→ DESCRIPTION OF THE TASK:
Beginning with the first line of the entries below, quote each line until you reach and include the line with "v -125.771 131.847 425.257".

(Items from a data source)
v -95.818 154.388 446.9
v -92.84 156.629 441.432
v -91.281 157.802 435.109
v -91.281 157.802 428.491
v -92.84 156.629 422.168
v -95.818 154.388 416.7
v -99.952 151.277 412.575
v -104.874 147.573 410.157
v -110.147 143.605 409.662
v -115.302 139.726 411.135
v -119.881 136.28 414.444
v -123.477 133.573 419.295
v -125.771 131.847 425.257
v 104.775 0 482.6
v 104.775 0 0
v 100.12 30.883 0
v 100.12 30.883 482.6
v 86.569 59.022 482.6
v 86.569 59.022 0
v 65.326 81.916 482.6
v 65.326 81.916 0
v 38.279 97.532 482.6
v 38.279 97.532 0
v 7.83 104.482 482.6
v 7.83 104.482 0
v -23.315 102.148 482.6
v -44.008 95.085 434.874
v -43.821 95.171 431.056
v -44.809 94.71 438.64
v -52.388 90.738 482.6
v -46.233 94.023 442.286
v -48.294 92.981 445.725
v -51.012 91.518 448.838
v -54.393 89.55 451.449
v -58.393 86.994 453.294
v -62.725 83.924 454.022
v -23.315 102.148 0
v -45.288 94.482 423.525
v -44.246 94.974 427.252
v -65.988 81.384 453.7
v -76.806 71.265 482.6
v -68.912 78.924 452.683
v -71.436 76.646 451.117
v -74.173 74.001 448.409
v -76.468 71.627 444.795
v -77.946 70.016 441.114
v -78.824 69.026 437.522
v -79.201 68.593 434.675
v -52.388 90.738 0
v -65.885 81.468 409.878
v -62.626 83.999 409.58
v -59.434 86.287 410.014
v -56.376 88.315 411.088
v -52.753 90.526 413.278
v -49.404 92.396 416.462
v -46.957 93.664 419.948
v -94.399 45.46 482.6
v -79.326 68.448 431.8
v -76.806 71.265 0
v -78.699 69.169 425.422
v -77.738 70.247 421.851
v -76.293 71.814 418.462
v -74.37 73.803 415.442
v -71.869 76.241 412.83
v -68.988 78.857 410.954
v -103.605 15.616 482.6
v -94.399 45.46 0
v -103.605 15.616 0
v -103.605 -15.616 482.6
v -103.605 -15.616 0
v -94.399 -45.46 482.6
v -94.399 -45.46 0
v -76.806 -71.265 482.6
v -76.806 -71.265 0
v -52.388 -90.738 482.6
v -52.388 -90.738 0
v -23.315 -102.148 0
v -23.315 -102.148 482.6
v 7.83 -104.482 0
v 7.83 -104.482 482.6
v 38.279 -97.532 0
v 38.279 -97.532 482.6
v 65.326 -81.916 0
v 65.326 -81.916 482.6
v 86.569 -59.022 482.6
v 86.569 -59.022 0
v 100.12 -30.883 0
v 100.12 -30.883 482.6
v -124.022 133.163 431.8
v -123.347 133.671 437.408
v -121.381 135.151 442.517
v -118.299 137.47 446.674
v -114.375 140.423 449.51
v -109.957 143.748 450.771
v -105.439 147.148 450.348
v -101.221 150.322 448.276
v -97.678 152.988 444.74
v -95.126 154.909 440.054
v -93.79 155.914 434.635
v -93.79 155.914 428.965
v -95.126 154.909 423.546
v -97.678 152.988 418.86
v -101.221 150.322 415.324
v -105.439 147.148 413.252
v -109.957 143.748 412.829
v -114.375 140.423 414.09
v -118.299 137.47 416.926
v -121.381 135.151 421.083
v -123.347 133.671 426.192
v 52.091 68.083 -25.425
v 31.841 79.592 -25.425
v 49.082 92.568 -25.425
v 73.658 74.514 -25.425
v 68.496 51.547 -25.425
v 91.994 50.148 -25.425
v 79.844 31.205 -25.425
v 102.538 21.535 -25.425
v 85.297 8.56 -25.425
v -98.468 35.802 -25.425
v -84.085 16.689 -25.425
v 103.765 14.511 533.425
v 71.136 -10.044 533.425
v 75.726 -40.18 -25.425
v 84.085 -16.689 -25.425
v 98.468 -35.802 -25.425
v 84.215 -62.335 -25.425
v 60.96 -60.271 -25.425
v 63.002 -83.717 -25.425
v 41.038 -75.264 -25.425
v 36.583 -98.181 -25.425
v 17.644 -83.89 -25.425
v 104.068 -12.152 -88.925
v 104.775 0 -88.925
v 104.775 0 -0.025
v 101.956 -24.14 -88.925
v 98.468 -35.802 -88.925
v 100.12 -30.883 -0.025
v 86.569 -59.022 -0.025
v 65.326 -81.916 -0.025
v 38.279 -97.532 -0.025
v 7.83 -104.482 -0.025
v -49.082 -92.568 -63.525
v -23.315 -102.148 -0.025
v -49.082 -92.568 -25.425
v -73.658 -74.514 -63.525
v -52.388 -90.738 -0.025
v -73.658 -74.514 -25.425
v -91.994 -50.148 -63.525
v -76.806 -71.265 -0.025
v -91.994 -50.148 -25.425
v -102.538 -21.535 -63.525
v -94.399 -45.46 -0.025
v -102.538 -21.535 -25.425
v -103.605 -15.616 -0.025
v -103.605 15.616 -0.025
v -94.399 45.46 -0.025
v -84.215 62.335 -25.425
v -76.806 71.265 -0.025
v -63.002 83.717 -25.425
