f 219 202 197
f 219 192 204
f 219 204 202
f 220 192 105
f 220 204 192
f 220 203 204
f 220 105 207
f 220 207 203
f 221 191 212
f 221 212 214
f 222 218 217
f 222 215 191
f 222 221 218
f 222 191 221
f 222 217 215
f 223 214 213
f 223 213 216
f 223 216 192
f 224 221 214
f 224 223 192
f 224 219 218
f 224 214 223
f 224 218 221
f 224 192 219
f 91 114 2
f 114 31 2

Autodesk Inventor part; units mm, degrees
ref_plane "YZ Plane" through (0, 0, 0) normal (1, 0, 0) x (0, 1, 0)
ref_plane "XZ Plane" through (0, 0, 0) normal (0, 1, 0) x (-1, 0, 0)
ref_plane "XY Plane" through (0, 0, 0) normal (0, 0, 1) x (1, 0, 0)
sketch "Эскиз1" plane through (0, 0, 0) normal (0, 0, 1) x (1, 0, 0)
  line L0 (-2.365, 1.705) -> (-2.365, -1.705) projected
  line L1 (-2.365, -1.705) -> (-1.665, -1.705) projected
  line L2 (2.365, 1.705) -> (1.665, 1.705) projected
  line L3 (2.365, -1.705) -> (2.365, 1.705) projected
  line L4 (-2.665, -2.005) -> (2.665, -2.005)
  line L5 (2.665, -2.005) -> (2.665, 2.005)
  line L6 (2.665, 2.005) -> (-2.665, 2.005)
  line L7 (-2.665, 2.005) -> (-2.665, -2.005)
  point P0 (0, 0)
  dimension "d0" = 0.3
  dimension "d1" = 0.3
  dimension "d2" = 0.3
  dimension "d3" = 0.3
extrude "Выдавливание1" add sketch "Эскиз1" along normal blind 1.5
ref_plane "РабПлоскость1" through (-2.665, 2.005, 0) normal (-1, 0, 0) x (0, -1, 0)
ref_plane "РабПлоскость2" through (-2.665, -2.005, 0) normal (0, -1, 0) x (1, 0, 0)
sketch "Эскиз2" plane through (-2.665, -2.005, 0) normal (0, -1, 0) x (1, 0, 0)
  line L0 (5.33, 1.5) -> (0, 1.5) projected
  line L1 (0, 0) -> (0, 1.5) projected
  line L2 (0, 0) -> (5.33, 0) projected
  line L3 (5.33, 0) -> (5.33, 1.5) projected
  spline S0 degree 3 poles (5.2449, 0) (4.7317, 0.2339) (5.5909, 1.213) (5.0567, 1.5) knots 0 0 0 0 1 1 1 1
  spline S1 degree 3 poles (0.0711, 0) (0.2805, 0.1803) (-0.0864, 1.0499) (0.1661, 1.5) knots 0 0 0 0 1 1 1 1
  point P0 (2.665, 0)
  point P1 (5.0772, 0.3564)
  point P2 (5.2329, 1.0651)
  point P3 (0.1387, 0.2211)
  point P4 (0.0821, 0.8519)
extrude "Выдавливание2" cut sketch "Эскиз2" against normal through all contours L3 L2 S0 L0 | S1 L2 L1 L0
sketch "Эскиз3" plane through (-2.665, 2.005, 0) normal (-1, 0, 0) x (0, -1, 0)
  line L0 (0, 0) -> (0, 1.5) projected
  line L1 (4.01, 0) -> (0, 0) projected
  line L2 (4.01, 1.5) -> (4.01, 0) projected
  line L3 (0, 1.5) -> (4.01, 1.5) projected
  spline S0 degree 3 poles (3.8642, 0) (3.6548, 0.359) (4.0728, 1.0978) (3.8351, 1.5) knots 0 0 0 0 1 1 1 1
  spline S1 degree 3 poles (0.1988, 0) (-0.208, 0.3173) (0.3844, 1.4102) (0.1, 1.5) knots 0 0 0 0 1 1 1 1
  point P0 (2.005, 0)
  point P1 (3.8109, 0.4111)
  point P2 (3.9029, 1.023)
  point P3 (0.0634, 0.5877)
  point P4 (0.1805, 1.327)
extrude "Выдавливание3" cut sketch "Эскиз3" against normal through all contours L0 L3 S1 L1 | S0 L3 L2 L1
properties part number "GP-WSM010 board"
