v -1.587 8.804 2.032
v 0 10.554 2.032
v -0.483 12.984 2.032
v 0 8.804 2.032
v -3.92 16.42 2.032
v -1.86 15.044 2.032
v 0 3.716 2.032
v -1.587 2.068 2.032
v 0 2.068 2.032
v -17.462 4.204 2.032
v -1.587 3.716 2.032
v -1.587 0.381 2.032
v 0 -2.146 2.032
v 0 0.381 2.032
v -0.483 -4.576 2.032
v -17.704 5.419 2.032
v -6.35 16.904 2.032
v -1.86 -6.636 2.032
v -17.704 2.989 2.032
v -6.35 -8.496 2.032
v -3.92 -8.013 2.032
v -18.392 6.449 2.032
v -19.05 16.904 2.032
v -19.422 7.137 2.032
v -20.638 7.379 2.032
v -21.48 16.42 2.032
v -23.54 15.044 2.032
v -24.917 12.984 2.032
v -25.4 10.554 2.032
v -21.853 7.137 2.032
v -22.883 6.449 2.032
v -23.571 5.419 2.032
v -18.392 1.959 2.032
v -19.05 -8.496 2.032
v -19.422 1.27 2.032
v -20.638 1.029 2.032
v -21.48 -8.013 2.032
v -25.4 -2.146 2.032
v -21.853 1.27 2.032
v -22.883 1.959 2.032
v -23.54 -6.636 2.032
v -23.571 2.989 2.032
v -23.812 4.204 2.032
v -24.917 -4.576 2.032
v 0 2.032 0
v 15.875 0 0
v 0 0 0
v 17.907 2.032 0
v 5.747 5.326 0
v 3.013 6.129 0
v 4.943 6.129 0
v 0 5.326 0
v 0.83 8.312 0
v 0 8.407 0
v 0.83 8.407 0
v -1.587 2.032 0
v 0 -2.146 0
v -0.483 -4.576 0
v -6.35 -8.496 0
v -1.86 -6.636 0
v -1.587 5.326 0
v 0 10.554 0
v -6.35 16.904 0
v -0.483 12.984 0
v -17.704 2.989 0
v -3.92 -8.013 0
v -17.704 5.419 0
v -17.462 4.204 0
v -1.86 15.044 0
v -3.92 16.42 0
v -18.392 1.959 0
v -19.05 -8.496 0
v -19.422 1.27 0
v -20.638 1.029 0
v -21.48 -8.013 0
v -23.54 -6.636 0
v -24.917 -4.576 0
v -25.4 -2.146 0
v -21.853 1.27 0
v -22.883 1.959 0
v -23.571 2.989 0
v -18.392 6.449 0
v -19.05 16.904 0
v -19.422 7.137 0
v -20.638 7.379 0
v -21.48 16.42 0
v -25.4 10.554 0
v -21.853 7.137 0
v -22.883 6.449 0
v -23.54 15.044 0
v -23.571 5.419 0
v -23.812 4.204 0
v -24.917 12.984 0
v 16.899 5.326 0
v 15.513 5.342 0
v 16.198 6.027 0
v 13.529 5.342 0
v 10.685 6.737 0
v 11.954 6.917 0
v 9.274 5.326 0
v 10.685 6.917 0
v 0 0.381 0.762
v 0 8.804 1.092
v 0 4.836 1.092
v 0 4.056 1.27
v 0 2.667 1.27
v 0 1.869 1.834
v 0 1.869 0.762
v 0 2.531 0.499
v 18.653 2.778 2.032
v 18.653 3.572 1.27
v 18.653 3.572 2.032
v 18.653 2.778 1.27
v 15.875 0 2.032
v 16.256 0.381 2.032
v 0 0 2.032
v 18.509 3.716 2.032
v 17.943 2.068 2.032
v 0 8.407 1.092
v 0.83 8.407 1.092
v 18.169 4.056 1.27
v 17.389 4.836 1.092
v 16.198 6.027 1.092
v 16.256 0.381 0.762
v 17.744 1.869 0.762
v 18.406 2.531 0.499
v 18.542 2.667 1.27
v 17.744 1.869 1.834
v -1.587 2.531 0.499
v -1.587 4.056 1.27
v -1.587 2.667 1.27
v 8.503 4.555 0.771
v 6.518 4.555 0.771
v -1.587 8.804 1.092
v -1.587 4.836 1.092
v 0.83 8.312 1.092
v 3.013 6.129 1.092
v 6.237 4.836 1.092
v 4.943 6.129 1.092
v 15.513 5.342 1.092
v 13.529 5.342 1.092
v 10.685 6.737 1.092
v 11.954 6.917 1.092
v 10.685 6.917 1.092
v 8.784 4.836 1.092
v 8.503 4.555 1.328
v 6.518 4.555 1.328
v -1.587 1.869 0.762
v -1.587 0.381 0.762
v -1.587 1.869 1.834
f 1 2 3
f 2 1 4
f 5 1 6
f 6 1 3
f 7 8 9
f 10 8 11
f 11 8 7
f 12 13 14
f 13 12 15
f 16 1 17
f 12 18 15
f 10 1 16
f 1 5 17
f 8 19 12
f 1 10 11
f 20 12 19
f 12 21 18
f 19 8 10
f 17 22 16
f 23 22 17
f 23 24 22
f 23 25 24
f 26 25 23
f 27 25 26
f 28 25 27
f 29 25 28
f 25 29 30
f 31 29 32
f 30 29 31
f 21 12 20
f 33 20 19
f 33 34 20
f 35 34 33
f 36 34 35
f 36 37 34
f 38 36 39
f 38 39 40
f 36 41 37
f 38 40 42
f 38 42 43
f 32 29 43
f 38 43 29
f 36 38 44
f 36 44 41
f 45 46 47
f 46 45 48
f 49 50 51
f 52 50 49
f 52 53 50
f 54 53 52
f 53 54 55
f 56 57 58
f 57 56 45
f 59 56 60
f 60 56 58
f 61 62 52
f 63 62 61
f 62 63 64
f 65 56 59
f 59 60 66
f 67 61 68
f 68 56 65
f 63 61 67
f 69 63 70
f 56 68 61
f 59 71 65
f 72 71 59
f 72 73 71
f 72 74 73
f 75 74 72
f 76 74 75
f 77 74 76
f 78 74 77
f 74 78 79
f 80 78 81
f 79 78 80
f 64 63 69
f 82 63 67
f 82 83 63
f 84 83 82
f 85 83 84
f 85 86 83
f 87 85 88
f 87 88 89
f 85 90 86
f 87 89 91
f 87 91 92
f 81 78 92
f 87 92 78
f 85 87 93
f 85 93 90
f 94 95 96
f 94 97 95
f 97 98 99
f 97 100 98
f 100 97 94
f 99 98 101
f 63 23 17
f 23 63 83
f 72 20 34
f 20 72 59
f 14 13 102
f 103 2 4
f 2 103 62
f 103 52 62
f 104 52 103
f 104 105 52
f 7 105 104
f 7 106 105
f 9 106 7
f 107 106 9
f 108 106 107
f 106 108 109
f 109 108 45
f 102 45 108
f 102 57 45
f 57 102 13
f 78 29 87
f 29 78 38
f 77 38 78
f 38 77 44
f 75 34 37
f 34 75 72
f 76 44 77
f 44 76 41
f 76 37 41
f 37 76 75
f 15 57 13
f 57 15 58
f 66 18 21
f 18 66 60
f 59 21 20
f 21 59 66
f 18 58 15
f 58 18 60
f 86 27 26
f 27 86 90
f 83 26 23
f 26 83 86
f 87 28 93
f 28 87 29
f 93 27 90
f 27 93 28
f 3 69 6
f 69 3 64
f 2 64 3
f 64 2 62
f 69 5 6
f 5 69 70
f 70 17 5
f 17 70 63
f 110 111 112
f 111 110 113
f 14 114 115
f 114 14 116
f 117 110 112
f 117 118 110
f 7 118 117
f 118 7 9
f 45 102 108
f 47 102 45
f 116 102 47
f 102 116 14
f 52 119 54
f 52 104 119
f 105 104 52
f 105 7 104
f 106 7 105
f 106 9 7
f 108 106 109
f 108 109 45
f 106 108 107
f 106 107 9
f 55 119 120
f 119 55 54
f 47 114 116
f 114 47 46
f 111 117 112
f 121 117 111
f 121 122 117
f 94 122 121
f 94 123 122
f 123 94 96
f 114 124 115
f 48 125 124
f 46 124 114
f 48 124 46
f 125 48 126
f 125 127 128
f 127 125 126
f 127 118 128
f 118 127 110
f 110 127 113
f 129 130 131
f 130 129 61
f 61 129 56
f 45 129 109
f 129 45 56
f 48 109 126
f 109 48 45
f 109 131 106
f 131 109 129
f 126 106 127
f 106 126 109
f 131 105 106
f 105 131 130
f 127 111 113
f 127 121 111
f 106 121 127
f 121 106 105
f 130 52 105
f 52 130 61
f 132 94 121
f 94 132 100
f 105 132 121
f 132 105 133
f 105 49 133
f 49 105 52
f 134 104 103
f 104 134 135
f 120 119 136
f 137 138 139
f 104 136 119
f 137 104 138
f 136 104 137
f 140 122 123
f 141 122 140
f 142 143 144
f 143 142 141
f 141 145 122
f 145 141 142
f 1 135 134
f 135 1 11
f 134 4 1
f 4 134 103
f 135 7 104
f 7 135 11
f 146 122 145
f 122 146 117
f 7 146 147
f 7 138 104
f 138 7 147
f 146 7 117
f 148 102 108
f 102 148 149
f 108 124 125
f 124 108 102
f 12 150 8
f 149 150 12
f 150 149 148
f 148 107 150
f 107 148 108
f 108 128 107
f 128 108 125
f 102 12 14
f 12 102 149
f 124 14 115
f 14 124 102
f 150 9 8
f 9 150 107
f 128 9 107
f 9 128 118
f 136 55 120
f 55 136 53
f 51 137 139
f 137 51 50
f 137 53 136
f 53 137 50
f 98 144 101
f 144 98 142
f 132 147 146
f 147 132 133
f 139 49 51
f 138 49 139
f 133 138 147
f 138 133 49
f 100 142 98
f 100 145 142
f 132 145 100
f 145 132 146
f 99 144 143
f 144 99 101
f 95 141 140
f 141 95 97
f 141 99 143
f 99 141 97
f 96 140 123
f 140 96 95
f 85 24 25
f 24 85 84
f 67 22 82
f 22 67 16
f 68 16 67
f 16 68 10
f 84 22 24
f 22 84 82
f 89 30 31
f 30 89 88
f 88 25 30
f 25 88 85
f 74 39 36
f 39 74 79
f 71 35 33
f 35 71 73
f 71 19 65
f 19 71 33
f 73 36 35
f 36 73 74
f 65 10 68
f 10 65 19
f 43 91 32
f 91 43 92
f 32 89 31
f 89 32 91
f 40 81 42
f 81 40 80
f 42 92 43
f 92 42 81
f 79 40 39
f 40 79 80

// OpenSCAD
// Generated by KeyCopier for Rittal 3524 E
function mm(i) = i*25.4;

module rounded(size, r) { union() { translate([r, 0, 0]) cube([size[0]-2*r, size[1], size[2]]); translate([0, r, 0]) cube([size[0], size[1]-2*r, size[2]]); translate([r, r, 0]) cylinder(h=size[2], r=r, $fn=16); translate([size[0]-r, r, 0]) cylinder(h=size[2], r=r, $fn=16); translate([r, size[1]-r, 0]) cylinder(h=size[2], r=r, $fn=16); translate([size[0]-r, size[1]-r, 0]) cylinder(h=size[2], r=r, $fn=16); } }
module bit() { w = mm(1/4); difference() { translate([-w/2, 0, 0]) cube([w, mm(1), w]); translate([-mm(5/128), 0, 0]) rotate([0, 0, 135]) cube([w, w, w]); translate([mm(5/128), 0, 0]) rotate([0, 0, -45]) cube([w, w, w]); } }
module key(bits) {
    thickness = mm(0.080);
    length = mm(0.750);
    width = mm(0.331);
    shoulder = mm(0.138);
    pin_spacing = mm(0.138);
    depth_inc = mm(0.031);
    fudge = 0.5;
    h_l = mm(1); h_w = mm(1); h_d = mm(1/16);
    difference() {
        union() { translate([-h_l, -h_w/2 + width/2, 0]) rounded([h_l, h_w, thickness], mm(1/4)); cube([length - mm(1/64), width, thickness]); }
        translate([length, mm(1/8), 0]) { rotate([0, 0, 45]) cube([10, 10, thickness]); rotate([0, 0, 225]) cube([10, 10, thickness]); }
        translate([-h_l + mm(3/16), width/2, 0]) cylinder(h=thickness, r=mm(1/8), $fn=16);
        union() { translate([-h_d, mm(.105), mm(.025)]) rotate([225, 0, 0]) cube([length + h_d, width, width]); translate([-h_d, mm(.105), mm(.05)]) rotate([260, 0, 0]) cube([length + h_d, thickness/2, mm(1/32)]); translate([-h_d, mm(.105), 0]) cube([length + h_d, mm(7/128), mm(.05)]); translate([-h_d, mm(.105) + mm(7/128), mm(.05)]) rotate([225, 0, 0]) cube([length + h_d, mm(3/64), thickness]); }
        translate([-h_d, width - mm(9/64), mm(.043)]) { cube([length + h_d, width - (width - mm(10/64)), thickness]); rotate([50, 0, 0]) cube([length + h_d, width, thickness]); }
        union() { translate([-h_d, mm(0.015), mm(.03)]) cube([length + h_d, mm(15/256), thickness]); translate([-h_d, mm(0.015) + mm(13/256), thickness - mm(1/64)]) rotate([45, 0, 0]) cube([length + h_d, mm(1/16), mm(1/16)]); }
        for (b = [0:3]) {
            translate([shoulder + fudge + b*pin_spacing, width - mm(.008) - (bits[b] - 1)*depth_inc - fudge, 0]) bit();
        }
    }
}

key([3,5,2,4]);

→ WRITTEN RESPONSE:
v -95.818 154.388 446.9
v -92.84 156.629 441.432
v -91.281 157.802 435.109
v -91.281 157.802 428.491
v -92.84 156.629 422.168
v -95.818 154.388 416.7
v -99.952 151.277 412.575
v -104.874 147.573 410.157
v -110.147 143.605 409.662
v -115.302 139.726 411.135
v -119.881 136.28 414.444
v -123.477 133.573 419.295
v -125.771 131.847 425.257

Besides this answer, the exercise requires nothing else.